La croissance du Canada était négative au premier trimestre. Le pays est un grand exportateur de pétrole — et l’or noir connaît sa pire baisse en 30 ans, selon les analystes de Morgan Stanley.

Le prix du pétrole a remonté un peu depuis son récent plus bas — mais guère. Il pourrait encore rechuter jusqu’à 50 $ le baril. Et avec lui tout le complexe des matières premières — dont dépend la majeure partie de l’économie du Canada — pourrait plonger une fois encore.

Plus dangereux encore que l’abondance des ressources, il y a la "guidance" économique des autorités

Pourquoi ? Plus dangereux encore que l’abondance des ressources, il y a la "guidance" économique des autorités.

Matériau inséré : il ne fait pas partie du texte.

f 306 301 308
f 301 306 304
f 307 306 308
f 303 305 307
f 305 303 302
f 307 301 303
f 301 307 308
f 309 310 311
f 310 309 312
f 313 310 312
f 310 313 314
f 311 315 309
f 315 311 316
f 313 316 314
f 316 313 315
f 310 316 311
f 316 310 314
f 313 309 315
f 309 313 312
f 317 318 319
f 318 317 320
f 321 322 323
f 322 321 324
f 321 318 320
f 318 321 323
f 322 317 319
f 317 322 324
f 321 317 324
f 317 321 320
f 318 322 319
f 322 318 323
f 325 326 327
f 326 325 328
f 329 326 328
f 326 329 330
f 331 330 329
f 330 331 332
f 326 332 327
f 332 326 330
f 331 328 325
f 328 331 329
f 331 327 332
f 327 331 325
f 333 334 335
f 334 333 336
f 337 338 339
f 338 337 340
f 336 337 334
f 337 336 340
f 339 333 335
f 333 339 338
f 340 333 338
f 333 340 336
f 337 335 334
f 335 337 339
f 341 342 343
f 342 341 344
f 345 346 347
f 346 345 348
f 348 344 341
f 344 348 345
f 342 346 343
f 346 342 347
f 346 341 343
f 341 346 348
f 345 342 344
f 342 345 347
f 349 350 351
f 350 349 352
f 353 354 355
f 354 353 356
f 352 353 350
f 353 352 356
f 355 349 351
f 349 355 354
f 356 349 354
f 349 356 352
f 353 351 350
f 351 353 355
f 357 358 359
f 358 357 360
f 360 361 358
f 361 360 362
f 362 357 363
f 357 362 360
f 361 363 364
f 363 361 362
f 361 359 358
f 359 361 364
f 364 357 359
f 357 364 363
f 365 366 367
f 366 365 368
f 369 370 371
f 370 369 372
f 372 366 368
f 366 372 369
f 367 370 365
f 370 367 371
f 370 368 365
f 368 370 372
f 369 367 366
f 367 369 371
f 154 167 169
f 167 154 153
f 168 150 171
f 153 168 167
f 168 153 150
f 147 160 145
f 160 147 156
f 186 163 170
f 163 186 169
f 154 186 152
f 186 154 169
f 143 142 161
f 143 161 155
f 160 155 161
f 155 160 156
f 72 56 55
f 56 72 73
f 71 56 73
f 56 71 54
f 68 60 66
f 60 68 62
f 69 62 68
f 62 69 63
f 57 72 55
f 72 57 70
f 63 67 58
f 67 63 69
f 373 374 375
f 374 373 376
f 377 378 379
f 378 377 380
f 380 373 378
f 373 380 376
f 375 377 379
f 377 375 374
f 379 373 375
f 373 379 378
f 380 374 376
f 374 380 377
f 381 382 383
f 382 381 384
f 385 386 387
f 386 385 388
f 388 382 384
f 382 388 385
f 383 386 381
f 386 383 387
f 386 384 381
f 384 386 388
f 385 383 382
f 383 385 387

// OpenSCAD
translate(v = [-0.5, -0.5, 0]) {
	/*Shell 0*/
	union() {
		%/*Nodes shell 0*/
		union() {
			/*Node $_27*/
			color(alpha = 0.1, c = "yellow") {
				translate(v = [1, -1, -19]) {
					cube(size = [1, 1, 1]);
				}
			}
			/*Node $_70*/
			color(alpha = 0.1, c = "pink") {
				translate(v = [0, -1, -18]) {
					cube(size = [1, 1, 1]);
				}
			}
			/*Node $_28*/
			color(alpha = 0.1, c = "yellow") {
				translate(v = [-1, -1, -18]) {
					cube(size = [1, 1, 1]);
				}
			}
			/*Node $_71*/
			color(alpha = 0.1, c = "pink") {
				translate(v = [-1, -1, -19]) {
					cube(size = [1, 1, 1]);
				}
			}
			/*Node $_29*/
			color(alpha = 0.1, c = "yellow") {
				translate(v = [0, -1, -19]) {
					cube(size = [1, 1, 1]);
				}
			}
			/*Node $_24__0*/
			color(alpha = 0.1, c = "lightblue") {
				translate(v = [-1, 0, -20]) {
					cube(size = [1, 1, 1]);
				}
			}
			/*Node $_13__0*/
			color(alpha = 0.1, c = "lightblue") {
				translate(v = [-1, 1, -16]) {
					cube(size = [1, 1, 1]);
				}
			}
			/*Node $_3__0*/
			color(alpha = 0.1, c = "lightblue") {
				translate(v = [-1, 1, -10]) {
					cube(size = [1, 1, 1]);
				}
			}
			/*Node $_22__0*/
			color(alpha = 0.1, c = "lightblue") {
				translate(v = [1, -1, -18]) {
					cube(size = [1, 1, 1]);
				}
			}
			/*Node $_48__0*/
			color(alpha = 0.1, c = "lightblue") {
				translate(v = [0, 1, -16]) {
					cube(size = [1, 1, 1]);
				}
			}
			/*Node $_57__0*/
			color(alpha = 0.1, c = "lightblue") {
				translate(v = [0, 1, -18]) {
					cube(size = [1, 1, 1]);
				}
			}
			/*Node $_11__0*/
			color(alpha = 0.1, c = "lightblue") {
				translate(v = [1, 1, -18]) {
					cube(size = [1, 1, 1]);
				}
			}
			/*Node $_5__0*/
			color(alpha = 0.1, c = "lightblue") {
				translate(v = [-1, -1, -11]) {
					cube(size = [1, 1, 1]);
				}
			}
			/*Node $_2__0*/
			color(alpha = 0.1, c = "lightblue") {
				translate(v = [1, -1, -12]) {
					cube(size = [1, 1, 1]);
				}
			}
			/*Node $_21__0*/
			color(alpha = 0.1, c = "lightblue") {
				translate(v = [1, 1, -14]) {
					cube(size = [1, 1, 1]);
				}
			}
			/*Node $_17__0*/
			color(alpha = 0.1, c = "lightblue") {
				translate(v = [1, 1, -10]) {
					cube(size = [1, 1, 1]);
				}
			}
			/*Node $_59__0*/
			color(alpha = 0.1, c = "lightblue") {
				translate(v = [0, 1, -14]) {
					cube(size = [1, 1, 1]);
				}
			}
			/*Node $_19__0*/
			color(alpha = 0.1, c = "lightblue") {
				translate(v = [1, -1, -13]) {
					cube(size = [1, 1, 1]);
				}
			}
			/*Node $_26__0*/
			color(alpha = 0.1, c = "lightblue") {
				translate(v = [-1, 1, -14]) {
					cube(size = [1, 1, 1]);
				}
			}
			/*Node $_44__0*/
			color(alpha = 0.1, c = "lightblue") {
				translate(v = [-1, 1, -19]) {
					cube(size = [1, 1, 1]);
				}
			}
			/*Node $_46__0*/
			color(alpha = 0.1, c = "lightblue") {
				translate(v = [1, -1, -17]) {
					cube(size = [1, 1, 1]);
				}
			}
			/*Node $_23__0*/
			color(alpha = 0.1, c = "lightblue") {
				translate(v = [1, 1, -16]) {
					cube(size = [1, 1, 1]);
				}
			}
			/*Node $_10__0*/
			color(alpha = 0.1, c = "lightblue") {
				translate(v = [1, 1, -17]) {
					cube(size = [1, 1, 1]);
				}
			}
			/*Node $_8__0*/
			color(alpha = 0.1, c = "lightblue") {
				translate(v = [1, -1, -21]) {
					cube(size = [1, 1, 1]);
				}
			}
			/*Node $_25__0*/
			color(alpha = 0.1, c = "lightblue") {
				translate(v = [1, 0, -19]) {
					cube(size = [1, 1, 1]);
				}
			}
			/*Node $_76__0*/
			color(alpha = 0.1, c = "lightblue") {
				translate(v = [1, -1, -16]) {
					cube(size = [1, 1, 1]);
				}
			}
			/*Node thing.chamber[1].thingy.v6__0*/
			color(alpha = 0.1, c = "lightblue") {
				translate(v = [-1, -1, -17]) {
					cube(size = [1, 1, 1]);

D’abord, Alan Greenspan a maintenu les taux trop bas après la mini-récession de 2001. Puis la Fed de Bernanke les a placés près de zéro et les y a maintenus ces cinq dernières années. L’argent bon marché a donné aux producteurs de matières premières les moyens de surproduire, et aux consommateurs le nécessaire pour surconsommer. Avec un coût d’emprunt aussi bas, les producteurs pouvaient engranger un cash flow positif quels que soient les vrais résultats économiques. Et le coût de l’argent étant falsifié par les manipulations de la Fed, ils ne savaient pas s’ils faisaient vraiment des profits ou non.

Ils ont donc tant produit que le monde en a étouffé. La production pétrolière a en fait augmenté en février en dépit de la baisse des prix.

▪ Tout a changé
A présent, le marché des commodities a plongé. La Chine lutte pour contenir une crise qui a déjà effacé près de 4 000 milliards de dollars de richesse boursière. A un moment, tant d’entreprises avaient suspendu leur cotation que les investisseurs ne pouvaient acheter ou vendre que 3% d’entre elles.

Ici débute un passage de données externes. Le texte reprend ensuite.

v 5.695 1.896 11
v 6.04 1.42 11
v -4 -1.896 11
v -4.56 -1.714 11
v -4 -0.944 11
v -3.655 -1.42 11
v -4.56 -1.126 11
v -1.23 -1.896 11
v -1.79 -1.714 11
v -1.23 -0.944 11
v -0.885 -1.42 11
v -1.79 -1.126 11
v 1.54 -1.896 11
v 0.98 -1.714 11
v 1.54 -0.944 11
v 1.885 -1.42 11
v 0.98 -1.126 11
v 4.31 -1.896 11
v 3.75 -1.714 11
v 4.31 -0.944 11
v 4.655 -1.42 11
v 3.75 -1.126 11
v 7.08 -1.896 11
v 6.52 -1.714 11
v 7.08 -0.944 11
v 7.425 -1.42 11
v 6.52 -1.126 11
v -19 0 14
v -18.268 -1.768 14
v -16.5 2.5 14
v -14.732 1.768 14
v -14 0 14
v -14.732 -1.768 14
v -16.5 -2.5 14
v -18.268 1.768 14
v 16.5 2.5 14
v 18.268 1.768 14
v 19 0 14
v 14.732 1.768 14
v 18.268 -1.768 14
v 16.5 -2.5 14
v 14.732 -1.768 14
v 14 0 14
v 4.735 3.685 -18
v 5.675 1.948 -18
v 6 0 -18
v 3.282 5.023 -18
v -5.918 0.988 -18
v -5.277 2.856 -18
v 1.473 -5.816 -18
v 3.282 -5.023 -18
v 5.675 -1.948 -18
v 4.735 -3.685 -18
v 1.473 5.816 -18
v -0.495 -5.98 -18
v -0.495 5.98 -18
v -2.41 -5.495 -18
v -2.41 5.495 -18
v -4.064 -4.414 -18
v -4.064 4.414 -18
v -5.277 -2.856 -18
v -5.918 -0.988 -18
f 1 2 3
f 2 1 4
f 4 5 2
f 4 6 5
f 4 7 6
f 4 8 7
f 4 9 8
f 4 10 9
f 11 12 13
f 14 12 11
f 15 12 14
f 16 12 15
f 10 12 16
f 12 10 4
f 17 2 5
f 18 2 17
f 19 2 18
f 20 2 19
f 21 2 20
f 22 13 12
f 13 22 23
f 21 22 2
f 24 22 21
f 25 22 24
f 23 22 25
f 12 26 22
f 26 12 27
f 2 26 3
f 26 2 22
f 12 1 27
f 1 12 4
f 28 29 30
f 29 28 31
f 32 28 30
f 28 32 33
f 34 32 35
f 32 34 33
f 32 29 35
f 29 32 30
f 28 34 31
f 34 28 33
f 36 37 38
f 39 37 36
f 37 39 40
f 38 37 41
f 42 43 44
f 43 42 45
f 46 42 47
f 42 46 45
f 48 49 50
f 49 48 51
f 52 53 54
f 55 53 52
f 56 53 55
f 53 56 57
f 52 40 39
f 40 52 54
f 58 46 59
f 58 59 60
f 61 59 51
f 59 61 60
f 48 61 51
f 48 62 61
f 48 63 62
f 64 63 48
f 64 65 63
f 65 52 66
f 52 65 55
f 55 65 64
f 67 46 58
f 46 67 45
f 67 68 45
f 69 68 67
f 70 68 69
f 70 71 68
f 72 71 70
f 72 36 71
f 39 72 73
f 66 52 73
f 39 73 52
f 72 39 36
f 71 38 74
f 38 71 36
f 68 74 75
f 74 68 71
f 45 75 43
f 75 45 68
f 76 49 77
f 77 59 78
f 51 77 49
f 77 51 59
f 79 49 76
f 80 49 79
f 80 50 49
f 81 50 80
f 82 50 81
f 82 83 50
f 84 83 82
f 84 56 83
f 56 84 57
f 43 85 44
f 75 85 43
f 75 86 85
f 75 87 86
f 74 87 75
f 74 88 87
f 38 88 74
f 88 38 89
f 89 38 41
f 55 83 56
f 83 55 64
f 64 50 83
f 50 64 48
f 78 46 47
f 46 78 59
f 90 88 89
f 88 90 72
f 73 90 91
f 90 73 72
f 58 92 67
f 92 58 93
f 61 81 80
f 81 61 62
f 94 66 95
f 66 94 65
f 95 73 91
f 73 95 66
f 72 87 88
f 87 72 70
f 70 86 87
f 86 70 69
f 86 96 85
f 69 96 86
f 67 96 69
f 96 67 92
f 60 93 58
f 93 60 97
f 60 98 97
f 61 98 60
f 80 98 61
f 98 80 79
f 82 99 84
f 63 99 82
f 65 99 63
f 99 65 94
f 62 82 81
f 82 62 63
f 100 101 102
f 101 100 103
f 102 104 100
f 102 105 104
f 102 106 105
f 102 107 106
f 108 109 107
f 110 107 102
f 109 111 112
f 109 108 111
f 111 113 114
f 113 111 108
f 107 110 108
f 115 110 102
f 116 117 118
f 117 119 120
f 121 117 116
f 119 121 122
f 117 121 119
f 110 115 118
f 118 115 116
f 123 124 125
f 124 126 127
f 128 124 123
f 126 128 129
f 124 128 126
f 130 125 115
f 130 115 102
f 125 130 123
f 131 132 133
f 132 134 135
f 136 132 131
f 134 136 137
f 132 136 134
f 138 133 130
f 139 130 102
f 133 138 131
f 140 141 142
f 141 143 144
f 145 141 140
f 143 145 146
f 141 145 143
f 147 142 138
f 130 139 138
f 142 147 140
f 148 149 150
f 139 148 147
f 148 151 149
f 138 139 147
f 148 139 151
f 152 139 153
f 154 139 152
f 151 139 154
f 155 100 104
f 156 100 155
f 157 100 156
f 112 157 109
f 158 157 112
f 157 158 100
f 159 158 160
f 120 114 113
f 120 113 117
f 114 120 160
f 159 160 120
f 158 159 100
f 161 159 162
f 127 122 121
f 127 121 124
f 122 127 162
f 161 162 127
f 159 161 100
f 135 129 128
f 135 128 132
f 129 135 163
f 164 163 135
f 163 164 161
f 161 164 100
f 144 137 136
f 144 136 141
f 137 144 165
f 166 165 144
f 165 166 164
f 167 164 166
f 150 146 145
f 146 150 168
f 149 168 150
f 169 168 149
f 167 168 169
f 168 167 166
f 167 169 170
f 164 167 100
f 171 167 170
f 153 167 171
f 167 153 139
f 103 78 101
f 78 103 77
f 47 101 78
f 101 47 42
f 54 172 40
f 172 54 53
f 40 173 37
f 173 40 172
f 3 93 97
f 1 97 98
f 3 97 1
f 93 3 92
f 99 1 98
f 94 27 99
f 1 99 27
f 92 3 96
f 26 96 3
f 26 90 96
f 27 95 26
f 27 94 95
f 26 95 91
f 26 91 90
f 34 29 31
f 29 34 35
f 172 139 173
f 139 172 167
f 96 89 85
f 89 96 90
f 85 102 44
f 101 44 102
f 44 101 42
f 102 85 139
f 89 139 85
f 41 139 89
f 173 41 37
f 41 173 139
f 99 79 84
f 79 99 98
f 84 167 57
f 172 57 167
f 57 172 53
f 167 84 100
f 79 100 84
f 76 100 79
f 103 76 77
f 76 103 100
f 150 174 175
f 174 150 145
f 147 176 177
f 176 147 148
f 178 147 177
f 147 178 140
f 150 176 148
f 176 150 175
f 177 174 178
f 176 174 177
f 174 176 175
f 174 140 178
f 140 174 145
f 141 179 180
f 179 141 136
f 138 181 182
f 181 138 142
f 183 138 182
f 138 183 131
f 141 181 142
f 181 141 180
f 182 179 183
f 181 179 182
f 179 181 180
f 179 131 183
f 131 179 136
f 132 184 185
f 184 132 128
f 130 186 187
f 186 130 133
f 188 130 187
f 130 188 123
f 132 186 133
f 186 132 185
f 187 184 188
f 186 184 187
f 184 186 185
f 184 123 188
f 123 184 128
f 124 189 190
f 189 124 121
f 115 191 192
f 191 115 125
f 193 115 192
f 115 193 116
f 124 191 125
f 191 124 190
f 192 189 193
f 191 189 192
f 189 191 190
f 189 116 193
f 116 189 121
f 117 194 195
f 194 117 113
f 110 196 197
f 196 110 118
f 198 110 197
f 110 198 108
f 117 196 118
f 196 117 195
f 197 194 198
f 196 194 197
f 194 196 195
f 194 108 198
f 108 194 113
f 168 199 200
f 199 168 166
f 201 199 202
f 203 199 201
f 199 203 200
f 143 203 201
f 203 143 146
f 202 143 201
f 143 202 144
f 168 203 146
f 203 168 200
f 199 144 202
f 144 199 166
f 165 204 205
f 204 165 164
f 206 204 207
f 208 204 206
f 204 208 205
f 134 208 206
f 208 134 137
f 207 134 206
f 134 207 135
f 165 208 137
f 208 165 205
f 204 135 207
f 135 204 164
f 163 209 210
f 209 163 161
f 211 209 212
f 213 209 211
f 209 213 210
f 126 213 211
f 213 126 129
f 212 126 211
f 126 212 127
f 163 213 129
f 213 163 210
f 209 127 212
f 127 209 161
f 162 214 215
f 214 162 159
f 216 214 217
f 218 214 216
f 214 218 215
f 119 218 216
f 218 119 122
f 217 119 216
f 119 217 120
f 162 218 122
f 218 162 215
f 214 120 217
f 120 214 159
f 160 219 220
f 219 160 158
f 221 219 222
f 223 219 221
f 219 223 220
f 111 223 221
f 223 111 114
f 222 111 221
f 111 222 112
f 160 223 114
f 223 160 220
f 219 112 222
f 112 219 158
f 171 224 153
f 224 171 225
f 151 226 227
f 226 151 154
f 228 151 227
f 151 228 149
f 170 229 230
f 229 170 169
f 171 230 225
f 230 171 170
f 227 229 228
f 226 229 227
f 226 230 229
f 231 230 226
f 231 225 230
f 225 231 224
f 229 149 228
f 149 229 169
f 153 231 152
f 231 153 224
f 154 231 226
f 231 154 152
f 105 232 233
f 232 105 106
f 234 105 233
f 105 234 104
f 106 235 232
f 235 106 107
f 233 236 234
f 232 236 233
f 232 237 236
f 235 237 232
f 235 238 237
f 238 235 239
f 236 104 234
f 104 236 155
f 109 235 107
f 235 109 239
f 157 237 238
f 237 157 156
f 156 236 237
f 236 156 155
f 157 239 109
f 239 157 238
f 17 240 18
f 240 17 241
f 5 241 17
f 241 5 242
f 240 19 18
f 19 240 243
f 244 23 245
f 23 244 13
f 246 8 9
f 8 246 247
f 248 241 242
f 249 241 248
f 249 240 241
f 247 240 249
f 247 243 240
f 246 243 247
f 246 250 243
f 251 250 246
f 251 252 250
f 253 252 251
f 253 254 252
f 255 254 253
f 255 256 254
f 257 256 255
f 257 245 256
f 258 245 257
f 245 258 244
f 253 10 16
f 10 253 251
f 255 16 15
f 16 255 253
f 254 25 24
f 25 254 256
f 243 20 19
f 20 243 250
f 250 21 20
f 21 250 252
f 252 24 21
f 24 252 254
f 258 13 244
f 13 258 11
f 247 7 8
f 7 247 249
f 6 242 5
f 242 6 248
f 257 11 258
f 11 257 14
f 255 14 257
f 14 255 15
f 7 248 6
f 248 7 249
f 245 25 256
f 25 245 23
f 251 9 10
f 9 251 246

BHP Billiton a radicalement réduit la production de matières premières. Caterpillar — qui pousse, soulève et transporte des ressources naturelles — a vu ses ventes chuter pendant 31 mois consécutifs. Chesapeake — le géant du forage en gaz et pétrole de schiste — a réduit son dividende pour préserver son cash alors que les valeurs s’effondraient à un plus bas de 12 ans. Kumba Iron Ore, le plus grand producteur de minerai en Afrique a également supprimé son dividende mardi après avoir annoncé que les profits s’étaient écroulés de 61% durant la première moitié de l’année.

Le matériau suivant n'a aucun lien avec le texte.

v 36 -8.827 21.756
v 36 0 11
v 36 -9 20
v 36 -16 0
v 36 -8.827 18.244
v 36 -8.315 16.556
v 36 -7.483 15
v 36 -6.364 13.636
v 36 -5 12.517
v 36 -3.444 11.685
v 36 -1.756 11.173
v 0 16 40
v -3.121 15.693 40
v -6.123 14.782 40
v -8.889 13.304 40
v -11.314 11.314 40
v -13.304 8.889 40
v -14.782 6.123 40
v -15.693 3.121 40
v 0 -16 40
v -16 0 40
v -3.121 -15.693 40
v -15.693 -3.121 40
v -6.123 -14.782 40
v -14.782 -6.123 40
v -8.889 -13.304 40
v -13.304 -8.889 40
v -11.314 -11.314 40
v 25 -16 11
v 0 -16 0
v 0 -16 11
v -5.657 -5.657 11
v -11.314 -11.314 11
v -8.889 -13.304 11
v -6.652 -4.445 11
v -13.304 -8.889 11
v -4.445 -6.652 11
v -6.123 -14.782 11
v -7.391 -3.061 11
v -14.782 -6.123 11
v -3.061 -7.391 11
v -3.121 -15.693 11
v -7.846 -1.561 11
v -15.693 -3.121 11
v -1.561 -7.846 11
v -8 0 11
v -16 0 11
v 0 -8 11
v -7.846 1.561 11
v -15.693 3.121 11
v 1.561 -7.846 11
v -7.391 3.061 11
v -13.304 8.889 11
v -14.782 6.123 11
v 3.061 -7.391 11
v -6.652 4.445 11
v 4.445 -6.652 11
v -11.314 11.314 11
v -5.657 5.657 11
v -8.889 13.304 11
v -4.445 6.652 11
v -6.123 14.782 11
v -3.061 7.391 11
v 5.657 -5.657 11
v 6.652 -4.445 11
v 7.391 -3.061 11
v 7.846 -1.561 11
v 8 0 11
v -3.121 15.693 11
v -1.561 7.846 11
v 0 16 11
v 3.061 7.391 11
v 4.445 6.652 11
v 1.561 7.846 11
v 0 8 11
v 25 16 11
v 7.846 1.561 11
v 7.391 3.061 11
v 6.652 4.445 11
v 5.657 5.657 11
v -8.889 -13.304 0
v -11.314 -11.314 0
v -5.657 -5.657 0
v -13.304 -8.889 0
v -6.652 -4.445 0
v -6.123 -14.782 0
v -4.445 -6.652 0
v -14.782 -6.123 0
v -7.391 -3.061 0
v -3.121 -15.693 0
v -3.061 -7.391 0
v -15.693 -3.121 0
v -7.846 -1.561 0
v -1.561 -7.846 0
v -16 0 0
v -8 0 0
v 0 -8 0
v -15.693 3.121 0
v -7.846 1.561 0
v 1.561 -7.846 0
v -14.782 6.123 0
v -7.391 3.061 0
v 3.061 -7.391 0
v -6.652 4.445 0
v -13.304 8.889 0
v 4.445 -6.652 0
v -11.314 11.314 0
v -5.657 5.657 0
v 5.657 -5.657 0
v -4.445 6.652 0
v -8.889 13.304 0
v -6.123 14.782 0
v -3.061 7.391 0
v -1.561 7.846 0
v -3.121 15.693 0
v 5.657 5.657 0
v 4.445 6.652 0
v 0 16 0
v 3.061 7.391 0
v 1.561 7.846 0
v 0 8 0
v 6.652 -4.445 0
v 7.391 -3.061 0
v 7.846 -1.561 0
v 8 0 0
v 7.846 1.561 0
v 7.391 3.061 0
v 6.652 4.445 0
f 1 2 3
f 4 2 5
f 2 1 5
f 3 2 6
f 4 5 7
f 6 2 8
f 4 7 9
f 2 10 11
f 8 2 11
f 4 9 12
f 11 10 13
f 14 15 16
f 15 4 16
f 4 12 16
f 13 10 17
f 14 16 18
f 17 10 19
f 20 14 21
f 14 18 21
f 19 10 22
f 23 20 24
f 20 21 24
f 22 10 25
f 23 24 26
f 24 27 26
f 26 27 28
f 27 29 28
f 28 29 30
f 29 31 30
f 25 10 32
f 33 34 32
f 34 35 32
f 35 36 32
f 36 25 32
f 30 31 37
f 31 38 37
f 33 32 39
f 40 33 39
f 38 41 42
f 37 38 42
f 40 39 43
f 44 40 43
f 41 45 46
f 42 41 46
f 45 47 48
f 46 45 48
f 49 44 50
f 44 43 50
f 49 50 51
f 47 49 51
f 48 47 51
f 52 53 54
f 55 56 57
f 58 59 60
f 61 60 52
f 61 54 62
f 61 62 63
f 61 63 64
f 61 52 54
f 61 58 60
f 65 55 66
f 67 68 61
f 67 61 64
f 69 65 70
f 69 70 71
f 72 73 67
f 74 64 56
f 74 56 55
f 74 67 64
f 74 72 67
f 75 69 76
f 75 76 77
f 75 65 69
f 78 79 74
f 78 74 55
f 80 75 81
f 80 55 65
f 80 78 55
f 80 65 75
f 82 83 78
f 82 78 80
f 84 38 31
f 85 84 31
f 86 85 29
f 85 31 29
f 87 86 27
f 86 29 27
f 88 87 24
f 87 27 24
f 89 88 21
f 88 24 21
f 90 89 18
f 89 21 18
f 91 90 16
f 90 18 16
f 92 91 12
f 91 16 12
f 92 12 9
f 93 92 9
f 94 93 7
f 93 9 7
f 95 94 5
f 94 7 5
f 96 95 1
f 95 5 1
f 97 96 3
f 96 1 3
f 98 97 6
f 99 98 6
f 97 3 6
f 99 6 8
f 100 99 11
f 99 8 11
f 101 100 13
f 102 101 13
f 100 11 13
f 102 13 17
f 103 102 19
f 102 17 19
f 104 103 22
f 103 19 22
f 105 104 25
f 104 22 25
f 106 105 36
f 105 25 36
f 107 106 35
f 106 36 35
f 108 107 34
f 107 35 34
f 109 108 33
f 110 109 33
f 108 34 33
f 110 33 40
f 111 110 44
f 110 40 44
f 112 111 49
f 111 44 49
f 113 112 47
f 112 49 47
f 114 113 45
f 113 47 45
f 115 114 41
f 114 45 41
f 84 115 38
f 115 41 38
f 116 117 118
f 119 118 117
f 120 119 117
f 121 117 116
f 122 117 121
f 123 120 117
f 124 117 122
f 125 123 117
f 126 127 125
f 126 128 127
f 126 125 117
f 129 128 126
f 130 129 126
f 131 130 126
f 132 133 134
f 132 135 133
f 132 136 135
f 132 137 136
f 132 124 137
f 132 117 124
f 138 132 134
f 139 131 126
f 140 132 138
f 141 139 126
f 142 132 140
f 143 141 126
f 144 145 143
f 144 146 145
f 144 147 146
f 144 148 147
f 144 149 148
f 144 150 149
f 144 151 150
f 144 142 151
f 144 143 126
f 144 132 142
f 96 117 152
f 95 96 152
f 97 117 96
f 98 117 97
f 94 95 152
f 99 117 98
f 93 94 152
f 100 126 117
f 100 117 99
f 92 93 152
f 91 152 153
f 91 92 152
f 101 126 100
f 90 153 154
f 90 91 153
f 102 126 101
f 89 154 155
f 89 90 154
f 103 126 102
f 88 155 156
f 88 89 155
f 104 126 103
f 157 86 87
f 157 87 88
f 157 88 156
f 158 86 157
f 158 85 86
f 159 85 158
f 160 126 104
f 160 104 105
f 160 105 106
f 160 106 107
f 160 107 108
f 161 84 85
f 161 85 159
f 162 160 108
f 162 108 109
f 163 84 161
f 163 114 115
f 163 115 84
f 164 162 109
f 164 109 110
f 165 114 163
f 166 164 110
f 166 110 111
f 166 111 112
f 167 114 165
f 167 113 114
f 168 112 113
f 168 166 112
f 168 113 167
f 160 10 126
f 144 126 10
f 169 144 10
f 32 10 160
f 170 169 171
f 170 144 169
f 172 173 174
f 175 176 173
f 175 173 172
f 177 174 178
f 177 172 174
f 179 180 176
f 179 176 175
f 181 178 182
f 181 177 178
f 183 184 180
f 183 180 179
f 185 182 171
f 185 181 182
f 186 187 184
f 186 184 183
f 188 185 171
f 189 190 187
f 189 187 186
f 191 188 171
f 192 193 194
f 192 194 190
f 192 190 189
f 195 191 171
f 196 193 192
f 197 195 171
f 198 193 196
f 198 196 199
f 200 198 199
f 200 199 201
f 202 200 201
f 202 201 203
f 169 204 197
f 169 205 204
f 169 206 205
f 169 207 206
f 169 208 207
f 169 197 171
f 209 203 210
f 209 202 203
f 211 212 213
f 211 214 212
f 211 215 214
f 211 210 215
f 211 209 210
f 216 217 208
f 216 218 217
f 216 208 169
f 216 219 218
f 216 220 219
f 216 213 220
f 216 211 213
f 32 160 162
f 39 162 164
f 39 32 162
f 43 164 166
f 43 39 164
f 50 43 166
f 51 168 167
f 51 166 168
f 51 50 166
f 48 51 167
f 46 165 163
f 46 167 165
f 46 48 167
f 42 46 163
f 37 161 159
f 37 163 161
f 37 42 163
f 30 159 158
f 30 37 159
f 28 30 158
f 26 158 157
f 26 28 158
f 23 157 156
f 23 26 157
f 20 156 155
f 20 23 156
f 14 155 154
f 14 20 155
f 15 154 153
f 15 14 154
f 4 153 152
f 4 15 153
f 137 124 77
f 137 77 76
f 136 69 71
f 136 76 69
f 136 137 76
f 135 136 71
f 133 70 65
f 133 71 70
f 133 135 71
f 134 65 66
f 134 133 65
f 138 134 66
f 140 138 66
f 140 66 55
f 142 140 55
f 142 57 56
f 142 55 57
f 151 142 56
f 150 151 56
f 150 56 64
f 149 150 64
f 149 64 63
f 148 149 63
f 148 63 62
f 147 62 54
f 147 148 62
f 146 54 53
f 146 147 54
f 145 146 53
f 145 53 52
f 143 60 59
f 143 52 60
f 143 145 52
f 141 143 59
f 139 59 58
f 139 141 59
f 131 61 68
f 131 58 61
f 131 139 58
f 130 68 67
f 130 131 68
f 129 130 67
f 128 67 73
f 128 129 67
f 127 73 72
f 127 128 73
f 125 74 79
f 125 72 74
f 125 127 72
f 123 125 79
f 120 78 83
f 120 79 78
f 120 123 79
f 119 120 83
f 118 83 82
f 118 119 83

Rien de tout ça n’est bon pour l’économie traditionnelle, basée sur les commodities, du Canada.

PS : après quatre jours sur les rails, le TransCanada est entré en gare de Vancouver. Les bagages ont été déchargés. Les stewards et hôtesses de bord ont été remerciés. Nous avions formé des liens avec nos compagnons de voyage et les avons chaleureusement embrassés avant de nous séparer.

Nous ne sommes pas certain de le refaire, mais c’était un plaisir. Le Canada est un pays magnifique ; nous sommes heureux d’avoir eu l’occasion de le voir.